* _Task statement_
Each line from the start of the data below through the one containing "facet normal 0.432 -0.5636 0.7041" must be reproduced exactly.

Stored data:
=-=-=-=-=

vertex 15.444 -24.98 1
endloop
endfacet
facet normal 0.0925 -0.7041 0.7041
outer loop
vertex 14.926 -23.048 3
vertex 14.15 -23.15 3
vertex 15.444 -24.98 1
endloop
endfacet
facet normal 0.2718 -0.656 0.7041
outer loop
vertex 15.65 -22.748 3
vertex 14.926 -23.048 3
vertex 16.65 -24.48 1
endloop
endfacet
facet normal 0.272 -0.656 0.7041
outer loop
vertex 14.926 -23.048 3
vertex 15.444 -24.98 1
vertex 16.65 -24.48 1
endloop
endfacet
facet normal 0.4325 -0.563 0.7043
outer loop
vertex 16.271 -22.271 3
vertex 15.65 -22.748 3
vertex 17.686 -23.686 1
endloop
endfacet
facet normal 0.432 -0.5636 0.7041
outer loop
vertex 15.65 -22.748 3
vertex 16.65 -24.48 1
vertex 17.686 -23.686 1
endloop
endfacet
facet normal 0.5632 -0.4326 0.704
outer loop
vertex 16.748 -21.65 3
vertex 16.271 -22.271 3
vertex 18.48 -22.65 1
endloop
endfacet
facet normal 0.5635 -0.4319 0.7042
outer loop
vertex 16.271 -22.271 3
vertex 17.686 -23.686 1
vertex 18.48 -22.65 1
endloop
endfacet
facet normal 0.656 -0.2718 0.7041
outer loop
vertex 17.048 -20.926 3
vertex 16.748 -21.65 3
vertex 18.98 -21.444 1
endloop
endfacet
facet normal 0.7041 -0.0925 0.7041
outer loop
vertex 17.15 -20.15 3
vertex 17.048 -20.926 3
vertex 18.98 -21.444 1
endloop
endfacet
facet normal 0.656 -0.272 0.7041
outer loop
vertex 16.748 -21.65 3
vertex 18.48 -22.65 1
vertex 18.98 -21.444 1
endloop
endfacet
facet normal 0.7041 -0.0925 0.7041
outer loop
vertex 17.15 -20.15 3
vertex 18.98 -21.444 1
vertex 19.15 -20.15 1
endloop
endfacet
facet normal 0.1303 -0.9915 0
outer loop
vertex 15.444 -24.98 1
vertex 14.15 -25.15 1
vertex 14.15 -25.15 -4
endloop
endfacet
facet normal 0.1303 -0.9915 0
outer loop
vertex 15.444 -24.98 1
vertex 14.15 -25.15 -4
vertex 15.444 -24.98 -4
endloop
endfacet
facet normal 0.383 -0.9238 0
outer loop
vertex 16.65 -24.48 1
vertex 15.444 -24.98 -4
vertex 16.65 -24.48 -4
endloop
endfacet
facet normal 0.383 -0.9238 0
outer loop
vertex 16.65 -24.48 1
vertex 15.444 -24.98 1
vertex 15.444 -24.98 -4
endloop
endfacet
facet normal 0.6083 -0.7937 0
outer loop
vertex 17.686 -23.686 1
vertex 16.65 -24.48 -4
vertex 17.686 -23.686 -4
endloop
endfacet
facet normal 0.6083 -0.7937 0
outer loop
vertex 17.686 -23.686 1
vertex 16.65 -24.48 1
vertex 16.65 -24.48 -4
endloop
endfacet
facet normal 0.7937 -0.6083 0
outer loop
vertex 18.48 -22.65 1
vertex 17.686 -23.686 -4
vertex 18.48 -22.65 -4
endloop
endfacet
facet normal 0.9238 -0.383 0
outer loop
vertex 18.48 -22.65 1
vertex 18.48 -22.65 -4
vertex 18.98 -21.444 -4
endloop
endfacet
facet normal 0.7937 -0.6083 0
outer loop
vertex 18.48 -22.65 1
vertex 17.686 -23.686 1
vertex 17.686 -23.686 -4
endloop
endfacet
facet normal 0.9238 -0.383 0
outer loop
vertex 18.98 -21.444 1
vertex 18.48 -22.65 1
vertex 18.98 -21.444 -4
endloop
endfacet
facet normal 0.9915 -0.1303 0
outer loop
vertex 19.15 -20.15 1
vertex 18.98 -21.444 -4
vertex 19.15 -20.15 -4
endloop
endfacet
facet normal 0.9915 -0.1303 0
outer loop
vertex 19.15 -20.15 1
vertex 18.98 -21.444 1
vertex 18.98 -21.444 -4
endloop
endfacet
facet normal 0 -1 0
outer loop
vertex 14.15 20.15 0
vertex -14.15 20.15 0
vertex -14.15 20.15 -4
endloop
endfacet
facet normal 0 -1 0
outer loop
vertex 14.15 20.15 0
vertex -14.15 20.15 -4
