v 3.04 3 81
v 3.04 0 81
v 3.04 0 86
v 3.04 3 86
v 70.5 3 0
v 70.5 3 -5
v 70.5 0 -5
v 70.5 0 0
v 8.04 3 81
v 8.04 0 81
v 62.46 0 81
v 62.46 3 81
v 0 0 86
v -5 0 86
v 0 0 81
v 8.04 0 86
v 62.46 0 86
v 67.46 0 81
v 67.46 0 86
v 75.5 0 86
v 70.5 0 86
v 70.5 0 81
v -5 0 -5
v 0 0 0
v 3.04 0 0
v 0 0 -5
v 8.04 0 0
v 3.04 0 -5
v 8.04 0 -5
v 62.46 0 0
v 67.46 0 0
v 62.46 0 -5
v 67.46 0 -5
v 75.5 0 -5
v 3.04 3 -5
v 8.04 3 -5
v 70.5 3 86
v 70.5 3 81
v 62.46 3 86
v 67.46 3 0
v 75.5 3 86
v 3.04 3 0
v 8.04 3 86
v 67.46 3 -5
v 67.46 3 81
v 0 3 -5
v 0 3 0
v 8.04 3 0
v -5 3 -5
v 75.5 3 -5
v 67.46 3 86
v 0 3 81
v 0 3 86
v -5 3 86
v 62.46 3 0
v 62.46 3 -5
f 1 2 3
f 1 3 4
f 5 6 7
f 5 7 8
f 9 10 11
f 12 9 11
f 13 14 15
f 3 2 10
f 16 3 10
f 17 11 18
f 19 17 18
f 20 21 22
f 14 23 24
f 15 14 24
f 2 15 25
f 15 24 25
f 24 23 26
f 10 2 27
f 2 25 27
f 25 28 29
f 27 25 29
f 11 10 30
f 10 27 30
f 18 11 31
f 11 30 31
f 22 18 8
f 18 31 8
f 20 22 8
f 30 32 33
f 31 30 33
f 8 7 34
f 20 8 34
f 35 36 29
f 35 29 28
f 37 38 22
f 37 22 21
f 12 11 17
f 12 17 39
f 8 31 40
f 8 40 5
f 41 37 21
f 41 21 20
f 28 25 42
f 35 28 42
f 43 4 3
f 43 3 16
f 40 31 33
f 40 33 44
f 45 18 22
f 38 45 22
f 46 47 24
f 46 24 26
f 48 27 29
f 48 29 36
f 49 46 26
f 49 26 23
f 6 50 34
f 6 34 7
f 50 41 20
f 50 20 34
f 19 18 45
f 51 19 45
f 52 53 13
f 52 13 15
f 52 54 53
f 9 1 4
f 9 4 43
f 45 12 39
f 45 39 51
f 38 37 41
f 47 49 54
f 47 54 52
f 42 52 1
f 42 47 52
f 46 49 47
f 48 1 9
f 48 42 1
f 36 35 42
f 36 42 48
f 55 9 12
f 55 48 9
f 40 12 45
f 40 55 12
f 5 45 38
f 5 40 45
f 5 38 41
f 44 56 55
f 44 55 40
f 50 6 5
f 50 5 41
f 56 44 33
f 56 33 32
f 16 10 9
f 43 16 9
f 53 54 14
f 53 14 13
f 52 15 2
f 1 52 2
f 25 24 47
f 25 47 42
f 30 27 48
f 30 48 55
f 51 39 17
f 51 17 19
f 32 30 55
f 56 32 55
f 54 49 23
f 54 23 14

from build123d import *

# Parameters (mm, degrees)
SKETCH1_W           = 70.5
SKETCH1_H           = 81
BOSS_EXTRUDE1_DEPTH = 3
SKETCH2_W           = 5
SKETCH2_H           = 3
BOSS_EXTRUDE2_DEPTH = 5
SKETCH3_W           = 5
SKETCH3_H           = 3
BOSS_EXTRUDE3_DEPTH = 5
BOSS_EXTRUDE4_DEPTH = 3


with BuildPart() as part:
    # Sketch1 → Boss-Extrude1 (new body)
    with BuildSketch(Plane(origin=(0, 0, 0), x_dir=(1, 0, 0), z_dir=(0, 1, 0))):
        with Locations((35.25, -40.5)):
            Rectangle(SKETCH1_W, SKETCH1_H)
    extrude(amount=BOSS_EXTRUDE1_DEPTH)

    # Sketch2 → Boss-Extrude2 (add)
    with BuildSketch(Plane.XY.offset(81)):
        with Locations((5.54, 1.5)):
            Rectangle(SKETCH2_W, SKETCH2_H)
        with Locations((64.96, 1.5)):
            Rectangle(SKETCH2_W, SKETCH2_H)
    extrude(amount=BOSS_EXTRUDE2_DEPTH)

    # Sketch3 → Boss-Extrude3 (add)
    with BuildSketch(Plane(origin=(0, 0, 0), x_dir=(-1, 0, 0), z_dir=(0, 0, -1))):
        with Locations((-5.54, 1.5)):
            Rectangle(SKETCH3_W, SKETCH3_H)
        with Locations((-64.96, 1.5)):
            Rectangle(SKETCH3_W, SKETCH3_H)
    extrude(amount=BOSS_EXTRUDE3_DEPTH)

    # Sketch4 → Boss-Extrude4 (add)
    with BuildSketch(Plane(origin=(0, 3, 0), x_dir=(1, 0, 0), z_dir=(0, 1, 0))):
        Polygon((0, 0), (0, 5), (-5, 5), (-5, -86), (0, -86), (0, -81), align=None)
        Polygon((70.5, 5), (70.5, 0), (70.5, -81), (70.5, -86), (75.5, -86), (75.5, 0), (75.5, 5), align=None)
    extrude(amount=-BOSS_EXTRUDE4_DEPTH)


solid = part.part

=-=-=-=-=

* _Solved exercise_
vertex 15.444 -24.98 1
endloop
endfacet
facet normal 0.0925 -0.7041 0.7041
outer loop
vertex 14.926 -23.048 3
vertex 14.15 -23.15 3
vertex 15.444 -24.98 1
endloop
endfacet
facet normal 0.2718 -0.656 0.7041
outer loop
vertex 15.65 -22.748 3
vertex 14.926 -23.048 3
vertex 16.65 -24.48 1
endloop
endfacet
facet normal 0.272 -0.656 0.7041
outer loop
vertex 14.926 -23.048 3
vertex 15.444 -24.98 1
vertex 16.65 -24.48 1
endloop
endfacet
facet normal 0.4325 -0.563 0.7043
outer loop
vertex 16.271 -22.271 3
vertex 15.65 -22.748 3
vertex 17.686 -23.686 1
endloop
endfacet
facet normal 0.432 -0.5636 0.7041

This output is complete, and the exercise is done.